Suburbs are starting to pay not just equal to DISD but MORE and suburbs are posting openings.

That sucking sound you hear is the suburbs slurping up new teachers.

Suburbs don't hire TFA and force veteran teachers to carry them by threatening to punish the school if the "team" fails.

Suburbs don't get new superintendents with completely new lesson plan, discipline, grading, and jargon systems every few years for the teachers to master overnight or during the convocation the Friday before school starts on Monday.

Most teachers live in the suburbs.

Stable--and therefore more likely to test well--families live in the suburbs.

 

When I see the Chicago parents worried about child care on tv I think, What did you expect?
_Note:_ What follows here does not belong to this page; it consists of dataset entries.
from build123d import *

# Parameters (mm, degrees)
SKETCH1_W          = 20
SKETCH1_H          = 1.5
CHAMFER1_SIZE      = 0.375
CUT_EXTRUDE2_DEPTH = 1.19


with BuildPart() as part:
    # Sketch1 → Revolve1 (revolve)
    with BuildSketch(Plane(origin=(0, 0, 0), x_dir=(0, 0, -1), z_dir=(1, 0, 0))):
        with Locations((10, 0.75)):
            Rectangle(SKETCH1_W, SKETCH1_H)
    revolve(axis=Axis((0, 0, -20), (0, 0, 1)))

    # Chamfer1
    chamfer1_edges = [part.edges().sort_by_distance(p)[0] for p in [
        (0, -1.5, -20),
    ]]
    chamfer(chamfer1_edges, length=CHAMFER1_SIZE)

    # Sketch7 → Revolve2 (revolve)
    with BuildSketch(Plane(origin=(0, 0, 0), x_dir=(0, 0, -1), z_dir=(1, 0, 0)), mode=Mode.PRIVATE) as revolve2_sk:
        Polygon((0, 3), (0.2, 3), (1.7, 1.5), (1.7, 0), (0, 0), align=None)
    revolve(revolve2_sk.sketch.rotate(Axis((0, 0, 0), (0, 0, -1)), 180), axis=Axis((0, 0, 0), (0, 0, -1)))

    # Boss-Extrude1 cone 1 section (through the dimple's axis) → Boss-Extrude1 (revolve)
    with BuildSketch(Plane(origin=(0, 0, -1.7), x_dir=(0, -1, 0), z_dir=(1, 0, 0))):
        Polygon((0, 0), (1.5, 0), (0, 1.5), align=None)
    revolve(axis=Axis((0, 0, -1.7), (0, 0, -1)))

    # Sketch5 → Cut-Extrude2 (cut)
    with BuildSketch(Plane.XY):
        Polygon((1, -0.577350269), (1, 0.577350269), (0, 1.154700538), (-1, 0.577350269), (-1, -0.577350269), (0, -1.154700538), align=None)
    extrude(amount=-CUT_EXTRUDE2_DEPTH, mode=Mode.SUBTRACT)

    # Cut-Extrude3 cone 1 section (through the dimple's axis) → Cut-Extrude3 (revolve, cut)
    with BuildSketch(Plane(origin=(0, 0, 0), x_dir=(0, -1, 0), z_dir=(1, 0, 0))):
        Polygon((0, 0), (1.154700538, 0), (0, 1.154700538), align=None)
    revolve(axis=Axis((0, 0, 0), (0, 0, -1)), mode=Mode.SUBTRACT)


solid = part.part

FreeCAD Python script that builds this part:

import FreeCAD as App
import Part
import Sketcher

V = App.Vector
Q = App.Units.Quantity


def edges_at(feature, points):
    """Names of the edges that pass closest to the given points."""
    edges = feature.Shape.Edges
    near = lambda p: min(range(len(edges)), key=lambda i: edges[i].distToShape(Part.Vertex(*p))[0])
    return sorted({f"Edge{near(p) + 1}" for p in points})

doc = App.newDocument("Part")
body = doc.addObject("PartDesign::Body", "Body")

# Sketch on YZ plane
sketch1 = body.newObject("Sketcher::SketchObject", "Sketch")
sketch1.AttachmentSupport = (doc.getObject("YZ_Plane"), [""])
sketch1.MapMode = "FlatFace"
sketch1.addGeometry(Part.LineSegment(V(1.5, 0, 0), V(0, 0, 0)), False)
sketch1.addGeometry(Part.LineSegment(V(0, 0, 0), V(0, -20, 0)), False)
sketch1.addGeometry(Part.LineSegment(V(0, -20, 0), V(1.5, -20, 0)), False)
sketch1.addGeometry(Part.LineSegment(V(1.5, -20, 0), V(1.5, 0, 0)), False)
sketch1.addConstraint(Sketcher.Constraint("Coincident", 0, 2, 1, 1))
sketch1.addConstraint(Sketcher.Constraint("Coincident", 1, 2, 2, 1))
sketch1.addConstraint(Sketcher.Constraint("Coincident", 2, 2, 3, 1))
sketch1.addConstraint(Sketcher.Constraint("Coincident", 3, 2, 0, 1))
sketch1.addConstraint(Sketcher.Constraint("Horizontal", 0))
sketch1.addConstraint(Sketcher.Constraint("Vertical", 1))
sketch1.addConstraint(Sketcher.Constraint("Horizontal", 2))
sketch1.addConstraint(Sketcher.Constraint("Vertical", 3))
sketch1.addConstraint(Sketcher.Constraint("Coincident", 0, 2, -1, 1))
sketch1.addConstraint(Sketcher.Constraint("DistanceY", 1, 2, 1, 1, 20.0))
sketch1.addConstraint(Sketcher.Constraint("DistanceX", 0, 2, 0, 1, 1.5))
revolution = body.newObject("PartDesign::Revolution", "Revolution")
revolution.Profile = sketch1
revolution.ReferenceAxis = (sketch1, ["V_Axis"])
revolution.Angle = 360
doc.recompute()

chamfer = body.newObject("PartDesign::Chamfer", "Chamfer")
chamfer.Base = (revolution, edges_at(revolution, [(0, -1.5, -20)]))
chamfer.Size = 0.375

# Sketch on YZ plane
sketch2 = body.newObject("Sketcher::SketchObject", "Sketch001")
sketch2.AttachmentSupport = (doc.getObject("YZ_Plane"), [""])
sketch2.MapMode = "FlatFace"
sketch2.addGeometry(Part.LineSegment(V(3, -0.2, 0), V(3, 0, 0)), False)
sketch2.addGeometry(Part.LineSegment(V(3, 0, 0), V(0, 0, 0)), False)
sketch2.addGeometry(Part.LineSegment(V(0, 0, 0), V(0, -1.7, 0)), False)
sketch2.addGeometry(Part.LineSegment(V(0, -1.7, 0), V(1.5, -1.7, 0)), False)
sketch2.addGeometry(Part.LineSegment(V(1.5, -1.7, 0), V(3, -0.2, 0)), False)
sketch2.addConstraint(Sketcher.Constraint("Coincident", 0, 2, 1, 1))
sketch2.addConstraint(Sketcher.Constraint("Coincident", 1, 2, 2, 1))
sketch2.addConstraint(Sketcher.Constraint("Coincident", 2, 2, 3, 1))
sketch2.addConstraint(Sketcher.Constraint("Coincident", 3, 2, 4, 1))
sketch2.addConstraint(Sketcher.Constraint("Coincident", 4, 2, 0, 1))
sketch2.addConstraint(Sketcher.Constraint("Vertical", 0))
sketch2.addConstraint(Sketcher.Constraint("Horizontal", 1))
sketch2.addConstraint(Sketcher.Constraint("Vertical", 2))
sketch2.addConstraint(Sketcher.Constraint("Horizontal", 3))
sketch2.addConstraint(Sketcher.Constraint("Coincident", 1, 2, -1, 1))
sketch2.addConstraint(Sketcher.Constraint("DistanceX", 1, 2, 1, 1, 3.0))
sketch2.addConstraint(Sketcher.Constraint("Angle", 4, Q("45 deg")))
sketch2.addConstraint(Sketcher.Constraint("DistanceX", 3, 1, 3, 2, 1.5))
sketch2.addConstraint(Sketcher.Constraint("DistanceY", 0, 1, 0, 2, 0.2))
revolution2 = body.newObject("PartDesign::Revolution", "Revolution001")
revolution2.Profile = sketch2
revolution2.ReferenceAxis = (sketch2, ["V_Axis"])
revolution2.Angle = 360

# Sketch on YZ plane
sketch3 = body.newObject("Sketcher::SketchObject", "Sketch002")
sketch3.AttachmentSupport = (doc.getObject("YZ_Plane"), [""])
sketch3.MapMode = "FlatFace"
sketch3.addGeometry(Part.LineSegment(V(0, -1.7, 0), V(-1.5, -1.7, 0)), False)
sketch3.addGeometry(Part.LineSegment(V(-1.5, -1.7, 0), V(0, -3.2, 0)), False)
sketch3.addGeometry(Part.LineSegment(V(0, -3.2, 0), V(0, -1.7, 0)), False)
sketch3.addConstraint(Sketcher.Constraint("Coincident", 0, 2, 1, 1))
sketch3.addConstraint(Sketcher.Constraint("Coincident", 1, 2, 2, 1))
sketch3.addConstraint(Sketcher.Constraint("Coincident", 2, 2, 0, 1))
sketch3.addConstraint(Sketcher.Constraint("Horizontal", 0))
sketch3.addConstraint(Sketcher.Constraint("Vertical", 2))
sketch3.addConstraint(Sketcher.Constraint("PointOnObject", 1, 2, -2))
sketch3.addConstraint(Sketcher.Constraint("Equal", 0, 2))
sketch3.addConstraint(Sketcher.Constraint("DistanceX", 0, 2, 0, 1, 1.5))
sketch3.addConstraint(Sketcher.Constraint("DistanceY", 0, 2, -1, 1, 1.7))
revolution3 = body.newObject("PartDesign::Revolution", "Revolution002")
revolution3.Profile = sketch3
revolution3.ReferenceAxis = (sketch3, ["V_Axis"])
revolution3.Angle = 360

# Sketch on XY plane
sketch4 = body.newObject("Sketcher::SketchObject", "Sketch003")
sketch4.AttachmentSupport = (doc.getObject("XY_Plane"), [""])
sketch4.MapMode = "FlatFace"
sketch4.addGeometry(Part.LineSegment(V(1, -0.57735, 0), V(1, 0.57735, 0)), False)
sketch4.addGeometry(Part.LineSegment(V(1, 0.57735, 0), V(0, 1.154701, 0)), False)
sketch4.addGeometry(Part.LineSegment(V(0, 1.154701, 0), V(-1, 0.57735, 0)), False)
sketch4.addGeometry(Part.LineSegment(V(-1, 0.57735, 0), V(-1, -0.57735, 0)), False)
sketch4.addGeometry(Part.LineSegment(V(-1, -0.57735, 0), V(0, -1.154701, 0)), False)
sketch4.addGeometry(Part.LineSegment(V(0, -1.154701, 0), V(1, -0.57735, 0)), False)
sketch4.addConstraint(Sketcher.Constraint("Coincident", 0, 2, 1, 1))
sketch4.addConstraint(Sketcher.Constraint("Coincident", 1, 2, 2, 1))
sketch4.addConstraint(Sketcher.Constraint("Coincident", 2, 2, 3, 1))
sketch4.addConstraint(Sketcher.Constraint("Coincident", 3, 2, 4, 1))
sketch4.addConstraint(Sketcher.Constraint("Coincident", 4, 2, 5, 1))
sketch4.addConstraint(Sketcher.Constraint("Coincident", 5, 2, 0, 1))
sketch4.addConstraint(Sketcher.Constraint("Vertical", 0))
sketch4.addConstraint(Sketcher.Constraint("Vertical", 3))
sketch4.addConstraint(Sketcher.Constraint("Symmetric", 0, 2, 3, 2, -1, 1))
sketch4.addConstraint(Sketcher.Constraint("Symmetric", 1, 2, 4, 2, -1, 1))
sketch4.addConstraint(Sketcher.Constraint("PointOnObject", 1, 2, -2))
sketch4.addConstraint(Sketcher.Constraint("Parallel", 2, 5))
sketch4.addConstraint(Sketcher.Constraint("Horizontal", 0, 2, 2, 2))
sketch4.addConstraint(Sketcher.Constraint("Angle", 1, Q("150 deg")))
sketch4.addConstraint(Sketcher.Constraint("DistanceX", -1, 1, 0, 2, 1.0))
sketch4.addConstraint(Sketcher.Constraint("DistanceY", 0, 1, 0, 2, 1.154701))
pocket1 = body.newObject("PartDesign::Pocket", "Pocket")
pocket1.Profile = sketch4
pocket1.Length = 1.19

# Sketch on YZ plane
sketch5 = body.newObject("Sketcher::SketchObject", "Sketch004")
sketch5.AttachmentSupport = (doc.getObject("YZ_Plane"), [""])
sketch5.MapMode = "FlatFace"
sketch5.addGeometry(Part.LineSegment(V(0, 0, 0), V(-1.154701, 0, 0)), False)
sketch5.addGeometry(Part.LineSegment(V(-1.154701, 0, 0), V(0, -1.154701, 0)), False)
sketch5.addGeometry(Part.LineSegment(V(0, -1.154701, 0), V(0, 0, 0)), False)
sketch5.addConstraint(Sketcher.Constraint("Coincident", 0, 2, 1, 1))
sketch5.addConstraint(Sketcher.Constraint("Coincident", 1, 2, 2, 1))
sketch5.addConstraint(Sketcher.Constraint("Coincident", 2, 2, 0, 1))
sketch5.addConstraint(Sketcher.Constraint("Horizontal", 0))
sketch5.addConstraint(Sketcher.Constraint("Vertical", 2))
sketch5.addConstraint(Sketcher.Constraint("Coincident", 2, 2, -1, 1))
sketch5.addConstraint(Sketcher.Constraint("Equal", 0, 2))
sketch5.addConstraint(Sketcher.Constraint("DistanceX", 0, 2, 0, 1, 1.154701))
groove = body.newObject("PartDesign::Groove", "Groove")
groove.Profile = sketch5
groove.ReferenceAxis = (sketch5, ["V_Axis"])
groove.Angle = 360

doc.recompute()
Dump the problems of the world into the laps of those with no power and expect them to keep coming back for more?

 

Good luck going Reagan on them.  There won't be people to replace them.  The boomer generation Reagan had is retiring or has retired.  That doesn't mean we should settle for terrible teachers, but maybe we'd better start listening to the good ones?

 

DISDTeacher
DISDTeacher

Judge me on growth.

Give my students an ITBS test day Day One.  Give them a test 90 days later or so.  Then give them an ITBS test 180 days later.  The growth will impress you.

 

But that's not how it is, and the Chicago teachers know it.  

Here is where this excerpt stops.